_YOUR OBJECTIVE_
Say how many lines in the entries below have the word "BuildSketch" in them, giving only the number.

══ EXTRACTED INFORMATION ══

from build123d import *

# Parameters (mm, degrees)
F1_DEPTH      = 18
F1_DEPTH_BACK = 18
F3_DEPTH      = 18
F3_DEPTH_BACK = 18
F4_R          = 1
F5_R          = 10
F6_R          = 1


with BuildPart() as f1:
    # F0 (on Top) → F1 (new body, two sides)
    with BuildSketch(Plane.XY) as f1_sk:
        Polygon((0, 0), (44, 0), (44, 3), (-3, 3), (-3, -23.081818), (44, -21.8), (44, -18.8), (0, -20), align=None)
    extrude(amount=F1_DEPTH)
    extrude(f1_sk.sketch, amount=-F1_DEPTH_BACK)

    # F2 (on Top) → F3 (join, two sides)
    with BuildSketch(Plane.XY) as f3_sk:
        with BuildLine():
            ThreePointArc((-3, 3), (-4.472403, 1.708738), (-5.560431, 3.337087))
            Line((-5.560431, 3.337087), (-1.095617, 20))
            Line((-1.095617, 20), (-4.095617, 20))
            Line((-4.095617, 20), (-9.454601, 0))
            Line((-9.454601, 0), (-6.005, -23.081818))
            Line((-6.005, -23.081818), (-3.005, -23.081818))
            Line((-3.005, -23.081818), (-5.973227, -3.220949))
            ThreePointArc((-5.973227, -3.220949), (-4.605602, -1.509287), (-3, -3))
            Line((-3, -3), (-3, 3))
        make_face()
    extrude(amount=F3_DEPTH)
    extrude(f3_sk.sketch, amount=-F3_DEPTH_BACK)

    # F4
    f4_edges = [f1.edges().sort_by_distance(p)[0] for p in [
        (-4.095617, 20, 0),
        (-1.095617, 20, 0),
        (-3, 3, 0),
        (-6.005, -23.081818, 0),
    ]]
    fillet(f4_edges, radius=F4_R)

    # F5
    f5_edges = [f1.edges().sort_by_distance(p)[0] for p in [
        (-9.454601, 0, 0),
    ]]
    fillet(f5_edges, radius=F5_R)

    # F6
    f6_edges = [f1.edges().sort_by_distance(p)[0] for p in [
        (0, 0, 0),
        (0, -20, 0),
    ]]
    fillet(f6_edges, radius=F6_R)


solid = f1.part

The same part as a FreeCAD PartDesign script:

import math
import FreeCAD as App
import Part
import Sketcher
from FreeCAD import Vector
Q = App.Units.Quantity


def edges_at(feature, points):
    """Names of the edges that pass closest to the given points."""
    edges = feature.Shape.Edges
    near = lambda p: min(range(len(edges)), key=lambda i: edges[i].distToShape(Part.Vertex(*p))[0])
    return sorted({f"Edge{near(p) + 1}" for p in points})

doc = App.newDocument("Part")
params = doc.addObject("Spreadsheet::Sheet", "Params")
for row, (alias, value) in enumerate([
    ("sketch1_width", "44 mm"),
    ("sketch1_width2", "47 mm"),
    ("sketch1_height", "3 mm"),
    ("sketch1_height2", "20 mm"),
    ("pad1_length", "18 mm"),
    ("pad1_length2", "18 mm"),
    ("sketch2_width", "3 mm"),
    ("sketch2_height", "6 mm"),
    ("pad2_length", "18 mm"),
    ("pad2_length2", "18 mm"),
    ("fillet_radius", "1 mm"),
    ("fillet2_radius", "10 mm"),
    ("fillet3_radius", "1 mm"),
], start=1):
    params.set(f"A{row}", alias)
    params.set(f"B{row}", "=" + value)
    params.setAlias(f"B{row}", alias)

body = doc.addObject("PartDesign::Body", "Body")

sketch1 = doc.addObject("Sketcher::SketchObject", "Sketch")
body.addObject(sketch1)
sketch1.AttachmentSupport = (doc.XY_Plane, [""])
sketch1.MapMode = "FlatFace"
sketch1.addGeometry(Part.LineSegment(Vector(0, 0, 0), Vector(44, 0, 0)), False)
sketch1.addGeometry(Part.LineSegment(Vector(44, 0, 0), Vector(44, 3, 0)), False)
sketch1.addGeometry(Part.LineSegment(Vector(44, 3, 0), Vector(-3, 3, 0)), False)
sketch1.addGeometry(Part.LineSegment(Vector(-3, 3, 0), Vector(-3, -23.1, 0)), False)
sketch1.addGeometry(Part.LineSegment(Vector(-3, -23.1, 0), Vector(44, -21.8, 0)), False)
sketch1.addGeometry(Part.LineSegment(Vector(44, -21.8, 0), Vector(44, -18.8, 0)), False)
sketch1.addGeometry(Part.LineSegment(Vector(44, -18.8, 0), Vector(0, -20, 0)), False)
sketch1.addGeometry(Part.LineSegment(Vector(0, -20, 0), Vector(0, 0, 0)), False)
sketch1.addConstraint(Sketcher.Constraint("Coincident", 0, 2, 1, 1))
sketch1.addConstraint(Sketcher.Constraint("Coincident", 1, 2, 2, 1))
sketch1.addConstraint(Sketcher.Constraint("Coincident", 2, 2, 3, 1))
sketch1.addConstraint(Sketcher.Constraint("Coincident", 3, 2, 4, 1))
sketch1.addConstraint(Sketcher.Constraint("Coincident", 4, 2, 5, 1))
sketch1.addConstraint(Sketcher.Constraint("Coincident", 5, 2, 6, 1))
sketch1.addConstraint(Sketcher.Constraint("Coincident", 6, 2, 7, 1))
sketch1.addConstraint(Sketcher.Constraint("Coincident", 7, 2, 0, 1))
sketch1.addConstraint(Sketcher.Constraint("Horizontal", 0))
sketch1.addConstraint(Sketcher.Constraint("Vertical", 1))
sketch1.addConstraint(Sketcher.Constraint("Horizontal", 2))
sketch1.addConstraint(Sketcher.Constraint("Vertical", 3))
sketch1.addConstraint(Sketcher.Constraint("Vertical", 5))
sketch1.addConstraint(Sketcher.Constraint("Vertical", 7))
sketch1.addConstraint(Sketcher.Constraint("Coincident", 7, 2, -1, 1))
sketch1.addConstraint(Sketcher.Constraint("Parallel", 4, 6))
sketch1.addConstraint(Sketcher.Constraint("Vertical", 1, 2, 4, 2))
sketch1.addConstraint(Sketcher.Constraint("Equal", 1, 5))
sketch1.addConstraint(Sketcher.Constraint("DistanceX", 0, 1, 0, 2, Q("44 mm")))
sketch1.addConstraint(Sketcher.Constraint("DistanceX", 2, 2, 2, 1, Q("47 mm")))
sketch1.addConstraint(Sketcher.Constraint("DistanceY", 1, 1, 1, 2, Q("3 mm")))
sketch1.addConstraint(Sketcher.Constraint("DistanceY", 7, 1, 7, 2, Q("20 mm")))
sketch1.addConstraint(Sketcher.Constraint("DistanceY", 4, 2, -1, 1, Q("21.8 mm")))
sketch1.setExpression("Constraints[18]", "Params.sketch1_width")
sketch1.setExpression("Constraints[19]", "Params.sketch1_width2")
sketch1.setExpression("Constraints[20]", "Params.sketch1_height")
sketch1.setExpression("Constraints[21]", "Params.sketch1_height2")
pad1 = doc.addObject("PartDesign::Pad", "Pad")
body.addObject(pad1)
pad1.Profile = sketch1
pad1.Type = "TwoLengths"
pad1.setExpression("Length", "Params.pad1_length")
pad1.setExpression("Length2", "Params.pad1_length2")

sketch2 = doc.addObject("Sketcher::SketchObject", "Sketch001")
body.addObject(sketch2)
sketch2.AttachmentSupport = (doc.XY_Plane, [""])
sketch2.MapMode = "FlatFace"
sketch2.addGeometry(Part.ArcOfCircle(Part.Circle(Vector(-4.3, 3, 0), Vector(0, 0, 1), 1.3), math.radians(165), math.radians(360)), False)
sketch2.addGeometry(Part.LineSegment(Vector(-5.6, 3.3, 0), Vector(-1.1, 20, 0)), False)
sketch2.addGeometry(Part.LineSegment(Vector(-1.1, 20, 0), Vector(-4.1, 20, 0)), False)
sketch2.addGeometry(Part.LineSegment(Vector(-4.1, 20, 0), Vector(-9.5, 0, 0)), False)
sketch2.addGeometry(Part.LineSegment(Vector(-9.5, 0, 0), Vector(-6, -23.1, 0)), False)
sketch2.addGeometry(Part.LineSegment(Vector(-6, -23.1, 0), Vector(-3, -23.1, 0)), False)
sketch2.addGeometry(Part.LineSegment(Vector(-3, -23.1, 0), Vector(-6, -3.2, 0)), False)
sketch2.addGeometry(Part.ArcOfCircle(Part.Circle(Vector(-4.5, -3, 0), Vector(0, 0, 1), 1.5), math.radians(0), math.radians(189)), False)
sketch2.addGeometry(Part.LineSegment(Vector(-3, -3, 0), Vector(-3, 3, 0)), False)
sketch2.addConstraint(Sketcher.Constraint("Tangent", 0, 1, 1, 1))
sketch2.addConstraint(Sketcher.Constraint("Coincident", 1, 2, 2, 1))
sketch2.addConstraint(Sketcher.Constraint("Coincident", 2, 2, 3, 1))
sketch2.addConstraint(Sketcher.Constraint("Coincident", 3, 2, 4, 1))
sketch2.addConstraint(Sketcher.Constraint("Coincident", 4, 2, 5, 1))
sketch2.addConstraint(Sketcher.Constraint("Coincident", 5, 2, 6, 1))
sketch2.addConstraint(Sketcher.Constraint("Tangent", 6, 2, 7, 2))
sketch2.addConstraint(Sketcher.Constraint("Tangent", 7, 1, 8, 1))
sketch2.addConstraint(Sketcher.Constraint("Tangent", 8, 2, 0, 2))
sketch2.addConstraint(Sketcher.Constraint("Horizontal", 2))
sketch2.addConstraint(Sketcher.Constraint("Horizontal", 5))
sketch2.addConstraint(Sketcher.Constraint("Vertical", 8))
sketch2.addConstraint(Sketcher.Constraint("PointOnObject", 3, 2, -1))
sketch2.addConstraint(Sketcher.Constraint("Parallel", 1, 3))
sketch2.addConstraint(Sketcher.Constraint("Parallel", 4, 6))
sketch2.addConstraint(Sketcher.Constraint("Equal", 2, 5))
sketch2.addConstraint(Sketcher.Constraint("DistanceX", 2, 2, 2, 1, Q("3 mm")))
sketch2.addConstraint(Sketcher.Constraint("DistanceY", 8, 1, 8, 2, Q("6 mm")))
sketch2.addConstraint(Sketcher.Constraint("Angle", 1, Q("75 deg")))
sketch2.addConstraint(Sketcher.Constraint("DistanceY", -1, 1, 0, 3, Q("3 mm")))
sketch2.addConstraint(Sketcher.Constraint("DistanceY", -1, 1, 1, 2, Q("20 mm")))
sketch2.addConstraint(Sketcher.Constraint("DistanceX", 7, 1, -1, 1, Q("3 mm")))
sketch2.addConstraint(Sketcher.Constraint("Angle", 4, Q("-81.5 deg")))
sketch2.addConstraint(Sketcher.Constraint("DistanceX", 4, 2, -1, 1, Q("6.005 mm")))
sketch2.addConstraint(Sketcher.Constraint("Radius", 0, Q("1.302405 mm")))
sketch2.setExpression("Constraints[16]", "Params.sketch2_width")
sketch2.setExpression("Constraints[17]", "Params.sketch2_height")
pad2 = doc.addObject("PartDesign::Pad", "Pad001")
body.addObject(pad2)
pad2.Profile = sketch2
pad2.Type = "TwoLengths"
pad2.setExpression("Length", "Params.pad2_length")
pad2.setExpression("Length2", "Params.pad2_length2")
doc.recompute()

fillet = doc.addObject("PartDesign::Fillet", "Fillet")
body.addObject(fillet)
fillet.Base = (pad2, edges_at(pad2, [
    (-4.096, 20, 0),
    (-1.096, 20, 0),
    (-3, 3, 0),
    (-6.005, -23.082, 0),
]))
fillet.setExpression("Radius", "Params.fillet_radius")
doc.recompute()

fillet2 = doc.addObject("PartDesign::Fillet", "Fillet001")
body.addObject(fillet2)
fillet2.Base = (fillet, edges_at(fillet, [(-9.455, 0, 0)]))
fillet2.setExpression("Radius", "Params.fillet2_radius")
doc.recompute()

fillet3 = doc.addObject("PartDesign::Fillet", "Fillet002")
body.addObject(fillet3)
fillet3.Base = (fillet2, edges_at(fillet2, [(0, 0, 0), (0, -20, 0)]))
fillet3.setExpression("Radius", "Params.fillet3_radius")

doc.recompute()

═══

_FINISHED TASK_
2